Work to complete: The records below hold a stretch from the line with "#79=EDGE_LOOP('',(#78));" through the line with "# FreeCAD 1.0 macro for this part"; return exactly those lines, ends included, and nothing more.

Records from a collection
☆ ☆ ☆ ☆

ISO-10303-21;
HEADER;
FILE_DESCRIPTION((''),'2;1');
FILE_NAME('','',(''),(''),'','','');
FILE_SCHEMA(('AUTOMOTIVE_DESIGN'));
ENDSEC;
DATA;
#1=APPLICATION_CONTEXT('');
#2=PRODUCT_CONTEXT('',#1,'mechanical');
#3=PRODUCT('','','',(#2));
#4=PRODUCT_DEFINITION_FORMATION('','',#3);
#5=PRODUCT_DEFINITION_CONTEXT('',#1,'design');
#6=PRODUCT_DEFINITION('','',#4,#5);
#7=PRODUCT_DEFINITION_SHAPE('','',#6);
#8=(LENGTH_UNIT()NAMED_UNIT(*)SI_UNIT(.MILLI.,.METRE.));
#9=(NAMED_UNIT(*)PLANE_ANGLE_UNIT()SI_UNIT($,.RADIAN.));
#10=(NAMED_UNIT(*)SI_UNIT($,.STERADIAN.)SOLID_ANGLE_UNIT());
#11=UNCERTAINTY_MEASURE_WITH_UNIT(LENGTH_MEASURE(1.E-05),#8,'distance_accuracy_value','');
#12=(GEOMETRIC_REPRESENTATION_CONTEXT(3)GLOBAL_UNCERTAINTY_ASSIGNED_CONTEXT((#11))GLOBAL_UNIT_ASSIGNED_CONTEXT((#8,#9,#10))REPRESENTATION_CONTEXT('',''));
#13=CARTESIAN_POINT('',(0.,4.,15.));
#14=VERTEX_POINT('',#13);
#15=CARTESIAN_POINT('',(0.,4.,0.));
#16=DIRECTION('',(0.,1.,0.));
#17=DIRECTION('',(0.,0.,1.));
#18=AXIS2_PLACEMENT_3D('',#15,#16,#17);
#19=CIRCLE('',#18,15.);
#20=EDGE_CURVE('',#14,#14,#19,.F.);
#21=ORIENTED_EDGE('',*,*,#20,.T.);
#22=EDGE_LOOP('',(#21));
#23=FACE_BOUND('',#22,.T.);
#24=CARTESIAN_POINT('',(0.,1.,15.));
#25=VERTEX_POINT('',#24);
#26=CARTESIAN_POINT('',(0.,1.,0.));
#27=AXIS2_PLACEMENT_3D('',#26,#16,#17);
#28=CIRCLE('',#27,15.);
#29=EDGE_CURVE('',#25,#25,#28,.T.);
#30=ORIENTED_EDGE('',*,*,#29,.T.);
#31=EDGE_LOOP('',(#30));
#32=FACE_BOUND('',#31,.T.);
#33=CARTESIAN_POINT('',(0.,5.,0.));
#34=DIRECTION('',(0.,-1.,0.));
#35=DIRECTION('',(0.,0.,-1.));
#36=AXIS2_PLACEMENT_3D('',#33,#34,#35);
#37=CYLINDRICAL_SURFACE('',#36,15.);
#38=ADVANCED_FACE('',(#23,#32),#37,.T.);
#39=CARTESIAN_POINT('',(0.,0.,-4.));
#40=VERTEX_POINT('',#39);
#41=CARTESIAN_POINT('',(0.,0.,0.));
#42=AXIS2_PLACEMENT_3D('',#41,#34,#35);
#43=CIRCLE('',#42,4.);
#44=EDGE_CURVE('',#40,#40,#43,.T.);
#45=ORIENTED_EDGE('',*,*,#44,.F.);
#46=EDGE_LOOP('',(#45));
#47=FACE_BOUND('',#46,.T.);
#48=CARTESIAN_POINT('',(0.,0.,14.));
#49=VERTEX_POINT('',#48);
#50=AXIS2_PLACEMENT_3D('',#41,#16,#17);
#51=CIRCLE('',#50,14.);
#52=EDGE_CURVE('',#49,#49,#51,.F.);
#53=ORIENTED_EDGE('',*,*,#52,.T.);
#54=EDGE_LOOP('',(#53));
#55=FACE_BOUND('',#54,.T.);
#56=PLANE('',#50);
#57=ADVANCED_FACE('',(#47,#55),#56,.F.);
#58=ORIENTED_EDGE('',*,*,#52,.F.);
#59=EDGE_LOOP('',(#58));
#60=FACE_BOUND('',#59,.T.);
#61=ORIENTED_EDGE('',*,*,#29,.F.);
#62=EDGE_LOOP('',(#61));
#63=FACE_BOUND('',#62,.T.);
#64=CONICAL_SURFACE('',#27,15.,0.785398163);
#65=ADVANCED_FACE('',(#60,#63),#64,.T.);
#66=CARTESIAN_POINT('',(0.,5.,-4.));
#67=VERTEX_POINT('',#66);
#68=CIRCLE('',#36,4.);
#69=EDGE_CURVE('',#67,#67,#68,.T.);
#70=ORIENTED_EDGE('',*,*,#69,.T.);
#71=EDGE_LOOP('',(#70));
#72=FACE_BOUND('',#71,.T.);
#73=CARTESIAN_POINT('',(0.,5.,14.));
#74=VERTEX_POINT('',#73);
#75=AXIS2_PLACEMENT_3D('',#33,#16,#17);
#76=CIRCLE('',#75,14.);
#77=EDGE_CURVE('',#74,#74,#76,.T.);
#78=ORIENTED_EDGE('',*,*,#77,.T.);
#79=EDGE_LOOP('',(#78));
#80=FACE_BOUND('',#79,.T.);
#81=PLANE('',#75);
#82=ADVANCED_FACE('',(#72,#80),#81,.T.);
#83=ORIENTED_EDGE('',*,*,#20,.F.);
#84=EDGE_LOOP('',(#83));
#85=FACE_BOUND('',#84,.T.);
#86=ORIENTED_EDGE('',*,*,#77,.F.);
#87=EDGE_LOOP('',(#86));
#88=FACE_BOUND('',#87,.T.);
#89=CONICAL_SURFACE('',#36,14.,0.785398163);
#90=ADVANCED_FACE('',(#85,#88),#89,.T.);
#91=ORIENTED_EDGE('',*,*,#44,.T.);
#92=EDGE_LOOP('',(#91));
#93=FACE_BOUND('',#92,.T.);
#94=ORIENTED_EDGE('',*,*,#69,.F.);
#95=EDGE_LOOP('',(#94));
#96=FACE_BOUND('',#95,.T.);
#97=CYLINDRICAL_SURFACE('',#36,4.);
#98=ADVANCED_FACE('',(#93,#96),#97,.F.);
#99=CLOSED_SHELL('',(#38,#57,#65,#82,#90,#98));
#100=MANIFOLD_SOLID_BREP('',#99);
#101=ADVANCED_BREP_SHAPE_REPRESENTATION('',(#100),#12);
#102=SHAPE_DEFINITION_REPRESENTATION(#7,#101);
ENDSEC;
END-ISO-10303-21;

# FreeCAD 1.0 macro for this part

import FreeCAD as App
import Part
import Sketcher

V = App.Vector
Q = App.Units.Quantity


def edges_at(feature, points):
    """Names of the edges that pass closest to the given points."""
    edges = feature.Shape.Edges
    near = lambda p: min(range(len(edges)), key=lambda i: edges[i].distToShape(Part.Vertex(*p))[0])
    return sorted({f"Edge{near(p) + 1}" for p in points})

doc = App.newDocument("Part")
body = doc.addObject("PartDesign::Body", "Body")

sketch1 = doc.addObject("Sketcher::SketchObject", "Sketch")
body.addObject(sketch1)
sketch1.AttachmentSupport = (doc.XZ_Plane, [""])
sketch1.MapMode = "FlatFace"
sketch1.addGeometry(Part.Circle(V(0, 0, 0), V(0, 0, 1), 15), False)
sketch1.addConstraint([
    Sketcher.Constraint("Coincident", 0, 3, -1, 1),
    Sketcher.Constraint("Diameter", 0, Q("30 mm")),
])
pad1 = doc.addObject("PartDesign::Pad", "Pad")
body.addObject(pad1)
pad1.Profile = sketch1
pad1.Length = 5
pad1.Reversed = True
doc.recompute()

chamfer = doc.addObject("PartDesign::Chamfer", "Chamfer")
body.addObject(chamfer)
chamfer.Base = (pad1, edges_at(pad1, [(0, 0, -15), (0, 5, -15)]))
chamfer.Size = 1

sketch2 = doc.addObject("Sketcher::SketchObject", "Sketch001")
body.addObject(sketch2)
sketch2.AttachmentSupport = (doc.XZ_Plane, [""])
sketch2.MapMode = "FlatFace"
sketch2.addGeometry(Part.Circle(V(0, 0, 0), V(0, 0, 1), 4), False)
sketch2.addConstraint([
    Sketcher.Constraint("Coincident", 0, 3, -1, 1),
    Sketcher.Constraint("Diameter", 0, Q("8 mm")),
])
pocket1 = doc.addObject("PartDesign::Pocket", "Pocket")
body.addObject(pocket1)
pocket1.Profile = sketch2
pocket1.Type = "ThroughAll"

doc.recompute()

☆ ☆ ☆ ☆

Solution to this exercise:
#79=EDGE_LOOP('',(#78));
#80=FACE_BOUND('',#79,.T.);
#81=PLANE('',#75);
#82=ADVANCED_FACE('',(#72,#80),#81,.T.);
#83=ORIENTED_EDGE('',*,*,#20,.F.);
#84=EDGE_LOOP('',(#83));
#85=FACE_BOUND('',#84,.T.);
#86=ORIENTED_EDGE('',*,*,#77,.F.);
#87=EDGE_LOOP('',(#86));
#88=FACE_BOUND('',#87,.T.);
#89=CONICAL_SURFACE('',#36,14.,0.785398163);
#90=ADVANCED_FACE('',(#85,#88),#89,.T.);
#91=ORIENTED_EDGE('',*,*,#44,.T.);
#92=EDGE_LOOP('',(#91));
#93=FACE_BOUND('',#92,.T.);
#94=ORIENTED_EDGE('',*,*,#69,.F.);
#95=EDGE_LOOP('',(#94));
#96=FACE_BOUND('',#95,.T.);
#97=CYLINDRICAL_SURFACE('',#36,4.);
#98=ADVANCED_FACE('',(#93,#96),#97,.F.);
#99=CLOSED_SHELL('',(#38,#57,#65,#82,#90,#98));
#100=MANIFOLD_SOLID_BREP('',#99);
#101=ADVANCED_BREP_SHAPE_REPRESENTATION('',(#100),#12);
#102=SHAPE_DEFINITION_REPRESENTATION(#7,#101);
ENDSEC;
END-ISO-10303-21;

# FreeCAD 1.0 macro for this part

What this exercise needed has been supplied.